Economy

When even free time becomes a problem: the deception of the artificial intelligence era

Political risk experts evaluate the effects of the AI ​​boom: less work means more space for oneself. The stability of states, however, is in danger

The spread of artificial intelligence is attracting the attention of political risk experts. In addition to numerous other aspects, the impact on the social stability of states is important. Indeed, artificial intelligence risks creating a society deeply divided between a narrow elite that controls technology and an impoverished and atomized majority, narcotized by digital platforms designed to maintain social peace through distraction.

The promise that AI could usher in an era of greater leisure for humanity is not new in economic history. As historian Benjamin Hunnicutt explains in his book Free time: the forgotten american dream, already in the nineteenth century working hours in industrialized nations progressively decreased with the enrichment of economies. The increase in free time was already considered one of the great blessings of technology according to Hunnicutt himself. In the United Kingdom today, workers spend about half the hours per week at work that their counterparts in the mid-19th century spent in factories.
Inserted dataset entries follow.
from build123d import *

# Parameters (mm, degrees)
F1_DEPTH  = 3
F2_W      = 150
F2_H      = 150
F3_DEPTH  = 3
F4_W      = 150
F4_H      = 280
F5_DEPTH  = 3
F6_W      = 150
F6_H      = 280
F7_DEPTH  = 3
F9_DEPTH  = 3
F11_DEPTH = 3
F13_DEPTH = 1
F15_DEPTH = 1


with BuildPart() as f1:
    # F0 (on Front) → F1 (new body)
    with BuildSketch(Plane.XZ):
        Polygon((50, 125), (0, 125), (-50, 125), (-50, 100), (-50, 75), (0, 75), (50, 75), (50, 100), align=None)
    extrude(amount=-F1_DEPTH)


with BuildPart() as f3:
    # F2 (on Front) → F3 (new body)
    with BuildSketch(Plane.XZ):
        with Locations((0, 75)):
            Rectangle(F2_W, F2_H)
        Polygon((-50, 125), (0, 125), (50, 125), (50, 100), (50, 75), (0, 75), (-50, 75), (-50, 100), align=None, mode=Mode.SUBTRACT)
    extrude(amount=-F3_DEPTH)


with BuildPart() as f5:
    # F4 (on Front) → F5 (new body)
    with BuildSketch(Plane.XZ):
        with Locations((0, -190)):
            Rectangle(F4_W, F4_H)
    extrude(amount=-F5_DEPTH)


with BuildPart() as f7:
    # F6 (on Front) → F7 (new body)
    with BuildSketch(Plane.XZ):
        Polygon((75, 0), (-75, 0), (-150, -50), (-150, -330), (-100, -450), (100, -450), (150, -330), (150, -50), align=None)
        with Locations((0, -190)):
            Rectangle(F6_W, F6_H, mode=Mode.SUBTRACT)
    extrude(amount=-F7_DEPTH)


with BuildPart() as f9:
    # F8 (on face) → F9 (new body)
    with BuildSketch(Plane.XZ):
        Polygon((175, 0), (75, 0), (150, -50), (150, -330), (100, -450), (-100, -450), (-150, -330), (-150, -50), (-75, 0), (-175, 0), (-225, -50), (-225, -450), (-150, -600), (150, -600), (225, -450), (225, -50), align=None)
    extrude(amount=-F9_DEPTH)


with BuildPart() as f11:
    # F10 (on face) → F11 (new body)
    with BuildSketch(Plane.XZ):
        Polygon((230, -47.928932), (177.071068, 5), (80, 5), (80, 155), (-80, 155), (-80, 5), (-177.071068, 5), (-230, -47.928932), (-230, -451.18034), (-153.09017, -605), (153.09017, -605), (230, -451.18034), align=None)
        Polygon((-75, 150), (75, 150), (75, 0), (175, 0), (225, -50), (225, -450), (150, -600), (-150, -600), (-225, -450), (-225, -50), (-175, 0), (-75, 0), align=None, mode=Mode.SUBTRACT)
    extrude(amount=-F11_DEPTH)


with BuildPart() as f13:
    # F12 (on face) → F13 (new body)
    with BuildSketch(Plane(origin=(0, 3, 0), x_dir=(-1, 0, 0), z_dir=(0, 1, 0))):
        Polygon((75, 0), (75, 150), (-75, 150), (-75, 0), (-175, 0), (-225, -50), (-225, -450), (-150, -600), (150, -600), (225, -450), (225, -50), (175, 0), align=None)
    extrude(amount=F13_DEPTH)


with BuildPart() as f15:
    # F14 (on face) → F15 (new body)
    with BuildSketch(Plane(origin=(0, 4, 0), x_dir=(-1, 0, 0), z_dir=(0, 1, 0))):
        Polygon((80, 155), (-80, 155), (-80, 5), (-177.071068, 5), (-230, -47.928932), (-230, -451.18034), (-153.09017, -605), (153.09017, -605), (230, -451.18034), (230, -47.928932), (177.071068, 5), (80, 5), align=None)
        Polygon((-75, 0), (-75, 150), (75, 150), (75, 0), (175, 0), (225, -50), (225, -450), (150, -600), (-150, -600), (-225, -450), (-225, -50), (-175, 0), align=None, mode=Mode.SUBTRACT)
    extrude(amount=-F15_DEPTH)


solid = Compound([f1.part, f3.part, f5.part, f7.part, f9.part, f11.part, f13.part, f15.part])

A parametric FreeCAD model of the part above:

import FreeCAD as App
import Part
import Sketcher

V = App.Vector

doc = App.newDocument("Part")
body = doc.addObject("PartDesign::Body", "Body")

sketch1 = doc.addObject("Sketcher::SketchObject", "Sketch")
body.addObject(sketch1)
sketch1.AttachmentSupport = (doc.XZ_Plane, [""])
sketch1.MapMode = "FlatFace"
sketch1.addGeometry([
    Part.LineSegment(V(50, 125, 0), V(-50, 125, 0)),
    Part.LineSegment(V(-50, 125, 0), V(-50, 75, 0)),
    Part.LineSegment(V(-50, 75, 0), V(50, 75, 0)),
    Part.LineSegment(V(50, 75, 0), V(50, 125, 0)),
], False)
sketch1.addConstraint([
    Sketcher.Constraint("Coincident", 0, 2, 1, 1),
    Sketcher.Constraint("Coincident", 1, 2, 2, 1),
    Sketcher.Constraint("Coincident", 2, 2, 3, 1),
    Sketcher.Constraint("Coincident", 3, 2, 0, 1),
    Sketcher.Constraint("Horizontal", 0),
    Sketcher.Constraint("Vertical", 1),
    Sketcher.Constraint("Horizontal", 2),
    Sketcher.Constraint("Vertical", 3),
    Sketcher.Constraint("DistanceX", 0, 2, 0, 1, 100.0),
    Sketcher.Constraint("DistanceY", 1, 2, 1, 1, 50.0),
    Sketcher.Constraint("DistanceX", 0, 2, -1, 1, 50.0),
    Sketcher.Constraint("DistanceY", -1, 1, 0, 2, 125.0),
])
pad1 = doc.addObject("PartDesign::Pad", "Pad")
body.addObject(pad1)
pad1.Profile = sketch1
pad1.Length = 3
pad1.Reversed = True
body2 = doc.addObject("PartDesign::Body", "Body001")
Some economists say they believe workers will “cash” those profits in the form of extra free time rather than higher incomes. Please note: a different distribution of work and free time is not a given. Having a digital golem working for you doesn’t mean you’ll spend your time doing yoga or traveling, or focusing on spirituality. The topic is not trivial, and the risk is of slipping into the same suggestions that characterized the initial phase of the 5 Star Movement in Italy. Take the United States, which is the country with the highest wages but also the one where people with the highest salaries tend to work the most. More than 40 percent of Americans who accrue paid leave don’t use it fully, according to a Pew Research Center survey.

Carlo Pelanda, in an essay from a few years ago entitled Futurization, indicated the risk of the Tower of Babel, that is, the atomization of societies, with the creation of myriads of micro identities and small groups that escape the single collective identity and create a soup of chaos. Pelanda’s vision captures a fundamental dynamic of the digital age: social fragmentation accelerated by information technologies. Recent research documents how the formation of micro-identities represents a paradoxical dynamic, capable of both intensifying polarization and eroding democratic norms and, conversely, strengthening them when strategically integrated into coalition-building efforts. The consequence is a society increasingly fragmented into identity micro-groups that communicate mainly within their own information bubbles, making dialogue and the construction of a shared collective identity – the community of destiny – necessary for social cohesion impossible.

The dichotomy between productivity growth and distribution of its benefits constitutes the crux of the social challenge posed by AI. Technology promises abundance but at the same time threatens to dramatically accentuate social polarization, making the rich richer and the poor poorer. If this trend were to be confirmed, there would be a red alert: the greater inequality would create cyclical destabilizations and would force governments to have to resort to instruments of social peace.

On the one hand, the use of fiscal instruments, such as citizens’ incomes, are difficult to sustain in terms of public finances, while the old “opium of the people”, i.e. traditional religions, seems insufficient to cushion the impact of AI externalities. On the other hand, we can already see an overabundant use of forms of digital narcosis devised in China. TikTok represents the best-known emblem of this strategy, which has long earned it a gloomy nickname: that of “digital fentanyl”.